Con le giuste premesse e ormai escluso da tutte le terne arbitrali dello sperimentalismo avevo smesso di credere nel culto del Folletto Islandese da appena dopo “Medúlla” che, al di là di tutto, era picco totale dopo una precedente cinquina di istant classic da far spavento. Difficile ripetersi, ma nemmeno c’era la più vaga intenzione, perché qui non sono ammessi passi indietro. Muoversi quindi in un mondo retromaniaco con il piglio di chi vede solo il futuro è un’impresa titanica, perciò si punto il focus sull’adesso, il “now”, che nel futuro ci siamo già, negli anni che in racconti e pellicole vecchie svariate decadi era oggetto di trama.
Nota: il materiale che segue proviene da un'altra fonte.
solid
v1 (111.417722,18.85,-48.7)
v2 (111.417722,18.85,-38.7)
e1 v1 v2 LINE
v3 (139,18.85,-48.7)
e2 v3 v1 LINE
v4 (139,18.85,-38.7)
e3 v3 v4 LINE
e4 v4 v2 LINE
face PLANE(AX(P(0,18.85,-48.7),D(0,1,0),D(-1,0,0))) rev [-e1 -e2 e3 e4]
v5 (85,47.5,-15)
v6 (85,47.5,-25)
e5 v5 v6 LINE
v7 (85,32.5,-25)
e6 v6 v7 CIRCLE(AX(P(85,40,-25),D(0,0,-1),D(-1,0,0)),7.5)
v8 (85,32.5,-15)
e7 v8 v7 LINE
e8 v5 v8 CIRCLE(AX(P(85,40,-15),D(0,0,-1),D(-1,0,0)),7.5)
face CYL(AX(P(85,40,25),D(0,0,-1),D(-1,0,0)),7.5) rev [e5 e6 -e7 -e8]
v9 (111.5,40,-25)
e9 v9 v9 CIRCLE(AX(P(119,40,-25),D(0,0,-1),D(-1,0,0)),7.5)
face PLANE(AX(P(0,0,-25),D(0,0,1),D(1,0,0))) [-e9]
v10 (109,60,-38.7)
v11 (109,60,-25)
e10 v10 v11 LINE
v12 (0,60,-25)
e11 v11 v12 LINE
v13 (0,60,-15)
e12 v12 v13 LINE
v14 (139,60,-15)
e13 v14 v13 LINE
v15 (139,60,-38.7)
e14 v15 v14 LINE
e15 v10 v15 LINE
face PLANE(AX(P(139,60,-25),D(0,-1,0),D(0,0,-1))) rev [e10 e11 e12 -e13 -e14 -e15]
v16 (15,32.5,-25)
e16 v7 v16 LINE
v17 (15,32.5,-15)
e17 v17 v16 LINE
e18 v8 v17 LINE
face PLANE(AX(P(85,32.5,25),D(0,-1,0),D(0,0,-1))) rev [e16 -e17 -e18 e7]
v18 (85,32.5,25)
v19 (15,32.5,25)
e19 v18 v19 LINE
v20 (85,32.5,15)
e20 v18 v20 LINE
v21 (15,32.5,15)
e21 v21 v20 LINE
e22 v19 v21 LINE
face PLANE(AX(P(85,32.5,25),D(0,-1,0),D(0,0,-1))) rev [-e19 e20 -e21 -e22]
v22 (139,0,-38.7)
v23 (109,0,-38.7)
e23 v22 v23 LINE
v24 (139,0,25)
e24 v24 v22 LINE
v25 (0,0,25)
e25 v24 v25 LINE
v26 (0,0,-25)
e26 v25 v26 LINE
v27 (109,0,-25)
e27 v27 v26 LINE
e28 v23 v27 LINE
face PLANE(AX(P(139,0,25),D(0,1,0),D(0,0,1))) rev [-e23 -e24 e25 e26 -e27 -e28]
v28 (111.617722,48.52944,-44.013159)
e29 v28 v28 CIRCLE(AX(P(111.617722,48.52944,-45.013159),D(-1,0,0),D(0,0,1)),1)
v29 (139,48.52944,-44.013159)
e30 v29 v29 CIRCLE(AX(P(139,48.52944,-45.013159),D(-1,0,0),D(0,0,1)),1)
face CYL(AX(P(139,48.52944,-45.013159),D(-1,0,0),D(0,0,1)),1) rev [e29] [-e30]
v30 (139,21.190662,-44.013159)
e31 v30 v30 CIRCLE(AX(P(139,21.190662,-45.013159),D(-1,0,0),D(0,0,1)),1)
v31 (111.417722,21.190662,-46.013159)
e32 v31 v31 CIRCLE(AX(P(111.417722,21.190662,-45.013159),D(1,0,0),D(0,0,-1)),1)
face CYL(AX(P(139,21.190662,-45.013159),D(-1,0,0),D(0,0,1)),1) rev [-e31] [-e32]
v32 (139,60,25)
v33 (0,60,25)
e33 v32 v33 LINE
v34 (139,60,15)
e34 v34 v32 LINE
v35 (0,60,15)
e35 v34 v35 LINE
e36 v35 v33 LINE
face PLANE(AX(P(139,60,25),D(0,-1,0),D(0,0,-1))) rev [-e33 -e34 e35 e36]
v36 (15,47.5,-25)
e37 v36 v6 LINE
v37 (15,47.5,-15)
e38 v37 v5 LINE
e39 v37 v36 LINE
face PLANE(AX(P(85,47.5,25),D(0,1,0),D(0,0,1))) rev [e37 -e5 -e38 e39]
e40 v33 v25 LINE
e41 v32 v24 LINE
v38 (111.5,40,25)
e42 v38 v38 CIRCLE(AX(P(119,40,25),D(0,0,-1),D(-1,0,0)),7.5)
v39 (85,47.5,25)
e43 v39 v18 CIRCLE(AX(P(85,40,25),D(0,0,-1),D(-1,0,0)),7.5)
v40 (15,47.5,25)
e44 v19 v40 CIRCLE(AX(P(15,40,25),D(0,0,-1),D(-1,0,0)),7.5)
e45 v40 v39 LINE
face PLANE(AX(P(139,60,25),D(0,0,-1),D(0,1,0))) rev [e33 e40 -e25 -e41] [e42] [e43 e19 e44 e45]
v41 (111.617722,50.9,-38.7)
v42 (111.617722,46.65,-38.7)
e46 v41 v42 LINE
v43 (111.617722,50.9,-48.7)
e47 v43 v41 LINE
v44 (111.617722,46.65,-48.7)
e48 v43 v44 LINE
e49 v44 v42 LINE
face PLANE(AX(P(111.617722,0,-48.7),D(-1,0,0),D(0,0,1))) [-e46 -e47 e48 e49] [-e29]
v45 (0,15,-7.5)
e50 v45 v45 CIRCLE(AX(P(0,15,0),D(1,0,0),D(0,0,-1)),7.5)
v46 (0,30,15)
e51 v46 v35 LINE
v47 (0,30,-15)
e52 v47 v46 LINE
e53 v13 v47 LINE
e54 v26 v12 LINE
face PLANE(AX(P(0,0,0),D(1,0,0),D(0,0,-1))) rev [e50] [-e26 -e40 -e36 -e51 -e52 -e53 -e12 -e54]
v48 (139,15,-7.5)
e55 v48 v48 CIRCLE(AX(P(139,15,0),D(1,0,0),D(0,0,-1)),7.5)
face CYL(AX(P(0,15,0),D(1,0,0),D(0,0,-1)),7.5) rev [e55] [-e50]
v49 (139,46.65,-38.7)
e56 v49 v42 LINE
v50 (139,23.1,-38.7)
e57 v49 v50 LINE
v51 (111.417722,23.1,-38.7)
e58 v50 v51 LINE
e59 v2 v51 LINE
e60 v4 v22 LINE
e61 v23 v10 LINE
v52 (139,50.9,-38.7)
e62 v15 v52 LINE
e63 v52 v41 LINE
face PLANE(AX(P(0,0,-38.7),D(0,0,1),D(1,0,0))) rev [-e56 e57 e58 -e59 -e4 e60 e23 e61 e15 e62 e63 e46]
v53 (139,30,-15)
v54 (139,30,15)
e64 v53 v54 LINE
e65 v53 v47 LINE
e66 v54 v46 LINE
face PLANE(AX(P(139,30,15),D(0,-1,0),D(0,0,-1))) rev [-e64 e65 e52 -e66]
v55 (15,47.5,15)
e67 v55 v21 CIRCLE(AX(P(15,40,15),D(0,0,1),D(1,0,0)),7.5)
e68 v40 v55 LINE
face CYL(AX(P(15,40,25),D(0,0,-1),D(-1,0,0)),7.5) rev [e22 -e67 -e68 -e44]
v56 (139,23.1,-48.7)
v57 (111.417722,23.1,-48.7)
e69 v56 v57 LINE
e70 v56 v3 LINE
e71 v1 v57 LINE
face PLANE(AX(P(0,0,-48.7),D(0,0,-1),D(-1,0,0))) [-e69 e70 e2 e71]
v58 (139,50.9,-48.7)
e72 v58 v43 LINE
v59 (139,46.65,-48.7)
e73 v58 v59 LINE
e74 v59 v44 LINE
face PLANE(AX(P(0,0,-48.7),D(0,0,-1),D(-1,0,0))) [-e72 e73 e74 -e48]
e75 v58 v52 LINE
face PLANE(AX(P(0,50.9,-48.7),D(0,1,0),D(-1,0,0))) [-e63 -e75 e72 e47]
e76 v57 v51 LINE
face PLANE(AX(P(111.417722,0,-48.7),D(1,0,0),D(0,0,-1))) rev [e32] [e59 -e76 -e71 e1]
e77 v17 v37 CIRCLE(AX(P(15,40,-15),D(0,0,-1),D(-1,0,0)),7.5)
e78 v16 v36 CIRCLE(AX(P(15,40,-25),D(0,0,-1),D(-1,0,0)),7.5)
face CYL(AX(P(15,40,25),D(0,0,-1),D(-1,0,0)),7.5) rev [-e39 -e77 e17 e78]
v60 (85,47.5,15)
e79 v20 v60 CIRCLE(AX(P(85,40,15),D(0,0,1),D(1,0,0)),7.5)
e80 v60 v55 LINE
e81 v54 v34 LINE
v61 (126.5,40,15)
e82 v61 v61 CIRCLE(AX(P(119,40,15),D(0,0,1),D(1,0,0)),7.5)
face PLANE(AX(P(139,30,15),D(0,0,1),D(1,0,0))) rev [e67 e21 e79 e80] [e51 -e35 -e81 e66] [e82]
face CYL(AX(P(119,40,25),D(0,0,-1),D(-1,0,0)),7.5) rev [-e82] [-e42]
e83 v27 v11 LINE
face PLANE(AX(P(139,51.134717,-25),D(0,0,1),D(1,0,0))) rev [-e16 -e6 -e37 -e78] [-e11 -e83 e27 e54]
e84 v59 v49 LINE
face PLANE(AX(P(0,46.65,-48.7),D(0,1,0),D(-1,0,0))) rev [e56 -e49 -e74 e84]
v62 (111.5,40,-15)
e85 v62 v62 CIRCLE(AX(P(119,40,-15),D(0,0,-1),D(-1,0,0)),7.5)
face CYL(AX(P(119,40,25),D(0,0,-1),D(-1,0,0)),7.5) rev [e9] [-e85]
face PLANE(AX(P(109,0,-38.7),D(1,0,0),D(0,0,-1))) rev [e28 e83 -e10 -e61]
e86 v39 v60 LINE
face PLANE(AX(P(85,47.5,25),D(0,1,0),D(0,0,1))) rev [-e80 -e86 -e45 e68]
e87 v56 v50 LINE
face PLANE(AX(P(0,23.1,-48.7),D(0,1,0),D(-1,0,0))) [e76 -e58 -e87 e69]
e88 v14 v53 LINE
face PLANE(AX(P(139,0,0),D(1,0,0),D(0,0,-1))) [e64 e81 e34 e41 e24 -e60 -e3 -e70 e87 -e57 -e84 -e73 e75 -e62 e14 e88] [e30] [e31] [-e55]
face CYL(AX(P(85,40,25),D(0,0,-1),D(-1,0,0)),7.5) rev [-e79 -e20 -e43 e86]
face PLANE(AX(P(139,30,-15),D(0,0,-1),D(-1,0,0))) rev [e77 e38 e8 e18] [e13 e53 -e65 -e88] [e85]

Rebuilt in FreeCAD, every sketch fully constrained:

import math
import FreeCAD as App
import Part
import Sketcher

V = App.Vector


def add_polygon(sketch, points):
    """Adds a closed chain of lines whose ends are joined by coincident constraints."""
    first, n = sketch.GeometryCount, len(points)
    for a, b in zip(points, points[1:] + points[:1]):
        sketch.addGeometry(Part.LineSegment(App.Vector(*a, 0), App.Vector(*b, 0)), False)
    for i in range(n):
        sketch.addConstraint(Sketcher.Constraint("Coincident", first + i, 2, first + (i + 1) % n, 1))

doc = App.newDocument("Part")
params = doc.addObject("Spreadsheet::Sheet", "Params")
for row, (alias, value) in enumerate([
    ("sketch1_width", "30 mm"),
    ("sketch1_width2", "60 mm"),
    ("sketch1_height", "10 mm"),
    ("pad1_length", "139 mm"),
    ("sketch2_diameter", "15 mm"),
    ("sketch2_width", "70 mm"),
    ("sketch3_diameter", "15 mm"),
    ("sketch4_width", "30 mm"),
    ("sketch4_height", "60 mm"),
    ("pad2_length", "13.7 mm"),
    ("sketch5_height", "4.25 mm"),
    ("pad3_length", "10 mm"),
    ("sketch6_diameter", "2 mm"),
], start=1):
    params.set(f"A{row}", alias)
    params.set(f"B{row}", "=" + value)
    params.setAlias(f"B{row}", alias)

body = doc.addObject("PartDesign::Body", "Body")

sketch1 = body.newObject("Sketcher::SketchObject", "Sketch")
sketch1.AttachmentSupport = (doc.getObject("YZ_Plane"), [""])
sketch1.MapMode = "FlatFace"
add_polygon(sketch1, [(30, -15), (30, 15), (60, 15), (60, 25), (0, 25), (0, -25), (60, -25), (60, -15)])
sketch1.addConstraint([
    Sketcher.Constraint("Vertical", 0),
    Sketcher.Constraint("Horizontal", 1),
    Sketcher.Constraint("Vertical", 2),
    Sketcher.Constraint("Horizontal", 3),
    Sketcher.Constraint("Vertical", 4),
    Sketcher.Constraint("Horizontal", 5),
    Sketcher.Constraint("Vertical", 6),
    Sketcher.Constraint("Horizontal", 7),
    Sketcher.Constraint("Symmetric", 3, 2, 4, 2, -1, 1),
    Sketcher.Constraint("Symmetric", 1, 2, 6, 2, -1),
    Sketcher.Constraint("Equal", 7, 0),
    Sketcher.Constraint("DistanceX", 1, 1, 1, 2, 30.0),
    Sketcher.Constraint("DistanceX", 3, 2, 3, 1, 60.0),
    Sketcher.Constraint("DistanceY", 2, 1, 2, 2, 10.0),
])
sketch1.setExpression("Constraints[19]", "Params.sketch1_width")
sketch1.setExpression("Constraints[20]", "Params.sketch1_width2")
sketch1.setExpression("Constraints[21]", "Params.sketch1_height")
pad1 = body.newObject("PartDesign::Pad", "Pad")
pad1.Profile = sketch1
pad1.setExpression("Length", "Params.pad1_length")

sketch2 = body.newObject("Sketcher::SketchObject", "Sketch001")
sketch2.AttachmentSupport = (doc.getObject("XY_Plane"), [""])
sketch2.MapMode = "FlatFace"
sketch2.AttachmentOffset = App.Placement(V(0, 0, -25), App.Rotation())
sketch2.addGeometry([
    Part.Circle(V(119, 40, 0), V(0, 0, 1), 8),
    Part.LineSegment(V(15, 48, 0), V(85, 48, 0)),
    Part.ArcOfCircle(Part.Circle(V(85, 40, 0), V(0, 0, 1), 8), math.radians(-90), math.radians(90)),
    Part.LineSegment(V(85, 32, 0), V(15, 32, 0)),
    Part.ArcOfCircle(Part.Circle(V(15, 40, 0), V(0, 0, 1), 8), math.radians(90), math.radians(270)),
], False)
sketch2.addConstraint([
    Sketcher.Constraint("Tangent", 1, 2, 2, 2),
    Sketcher.Constraint("Tangent", 2, 1, 3, 1),
    Sketcher.Constraint("Tangent", 3, 2, 4, 2),
    Sketcher.Constraint("Tangent", 4, 1, 1, 1),
    Sketcher.Constraint("Horizontal", 1),
    Sketcher.Constraint("Horizontal", 3),
    Sketcher.Constraint("Equal", 0, 2),
    Sketcher.Constraint("Horizontal", 0, 3, 2, 3),
    Sketcher.Constraint("Diameter", 0, 15.0),
    Sketcher.Constraint("DistanceX", 1, 1, 1, 2, 70.0),
    Sketcher.Constraint("DistanceX", -1, 1, 0, 3, 119.0),
    Sketcher.Constraint("DistanceY", -1, 1, 0, 3, 40.0),
    Sketcher.Constraint("DistanceX", -1, 1, 2, 3, 85.0),
])
sketch2.setExpression("Constraints[8]", "Params.sketch2_diameter")
sketch2.setExpression("Constraints[9]", "Params.sketch2_width")
pocket1 = body.newObject("PartDesign::Pocket", "Pocket")
pocket1.Profile = sketch2
pocket1.Type = "ThroughAll"
pocket1.Reversed = True

sketch3 = body.newObject("Sketcher::SketchObject", "Sketch002")
sketch3.AttachmentSupport = (doc.getObject("YZ_Plane"), [""])
sketch3.MapMode = "FlatFace"
sketch3.AttachmentOffset = App.Placement(V(0, 0, 139), App.Rotation())
sketch3.addGeometry(Part.Circle(V(15, 0, 0), V(0, 0, 1), 8), False)
sketch3.addConstraint([
    Sketcher.Constraint("PointOnObject", 0, 3, -1),
    Sketcher.Constraint("Diameter", 0, 15.0),
    Sketcher.Constraint("DistanceX", -1, 1, 0, 3, 15.0),
])
sketch3.setExpression("Constraints[1]", "Params.sketch3_diameter")
pocket2 = body.newObject("PartDesign::Pocket", "Pocket001")
pocket2.Profile = sketch3
pocket2.Type = "ThroughAll"
pocket2.Midplane = True

sketch4 = body.newObject("Sketcher::SketchObject", "Sketch003")
sketch4.AttachmentSupport = (doc.getObject("XY_Plane"), [""])
sketch4.MapMode = "FlatFace"
sketch4.AttachmentOffset = App.Placement(V(0, 0, -25), App.Rotation())
add_polygon(sketch4, [(139, 60), (139, 0), (109, 0), (109, 60)])
sketch4.addConstraint([
    Sketcher.Constraint("Vertical", 0),
    Sketcher.Constraint("Horizontal", 1),
    Sketcher.Constraint("Vertical", 2),
    Sketcher.Constraint("Horizontal", 3),
    Sketcher.Constraint("PointOnObject", 0, 2, -1),
    Sketcher.Constraint("DistanceX", 1, 2, 1, 1, 30.0),
    Sketcher.Constraint("DistanceY", 0, 2, 0, 1, 60.0),
    Sketcher.Constraint("DistanceX", -1, 1, 0, 2, 139.0),
])
sketch4.setExpression("Constraints[9]", "Params.sketch4_width")
sketch4.setExpression("Constraints[10]", "Params.sketch4_height")
pad2 = body.newObject("PartDesign::Pad", "Pad001")
pad2.Profile = sketch4
pad2.setExpression("Length", "Params.pad2_length")
pad2.Reversed = True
Björk definisce “Fossora” il suo album “fungino”, quello di “terra”, dopo anni di volo nell’Altrove, ed è proprio ciò che vi si respira: terriccio, marciume e scintillio nell’oscurità. Ogni brano vive di vita propria, è autonomo, una tappa in una foresta che i più nerd di noi definirebbero “dark-fantasy”, ma che nulla ha di orrorifico, semmai salvifico ma con un pizzico di solipsismo allentato da tutti i cori che si alternano di atto in atto. Il senso del tempo è alterato, la voce eternamente giovane lo elude e si affianca a legni e fiati (tanti fiati, in quantità più che abbondante), corde e tasti e sintetizzatori, tutti immersi in un buio sottobosco in cui ogni passo è un brivido. Si respira una brezza techno, come se in momenti specifici torni a battere il cuore meccanico e libero da imposizioni della rave culture ma osservate dal sottosuolo, lontani dalle sensazioni iperumane che la attraversavano. Attimi follemente gabber fusi ad un passato (questa volta il suo, in minima misura) che si scontra con sentimenti ancor più ancestrali che fanno da tappeto magico a contenuti dai significati che scavano a fondo nell’animo contorto del mondo e di chi lo abita.

Musica da camera per spiriti irrequieti e digitali, utile controparte melodica di una fiaba che fa rabbrividire dai connotati folkloristici, se per folklore intendessimo quello di “Nausicaa della Valle del Vento” ibridato a “Blade Runner”. Björk, insomma, continua a giocare la sua partita solitaria mentre gli altri tornei vanno in mille pezzi, parlando nella lingua dell’Arte in un momento storico in cui pare che nessuno sia più in grado di farlo, quantomeno non al livello in cui si trova lei.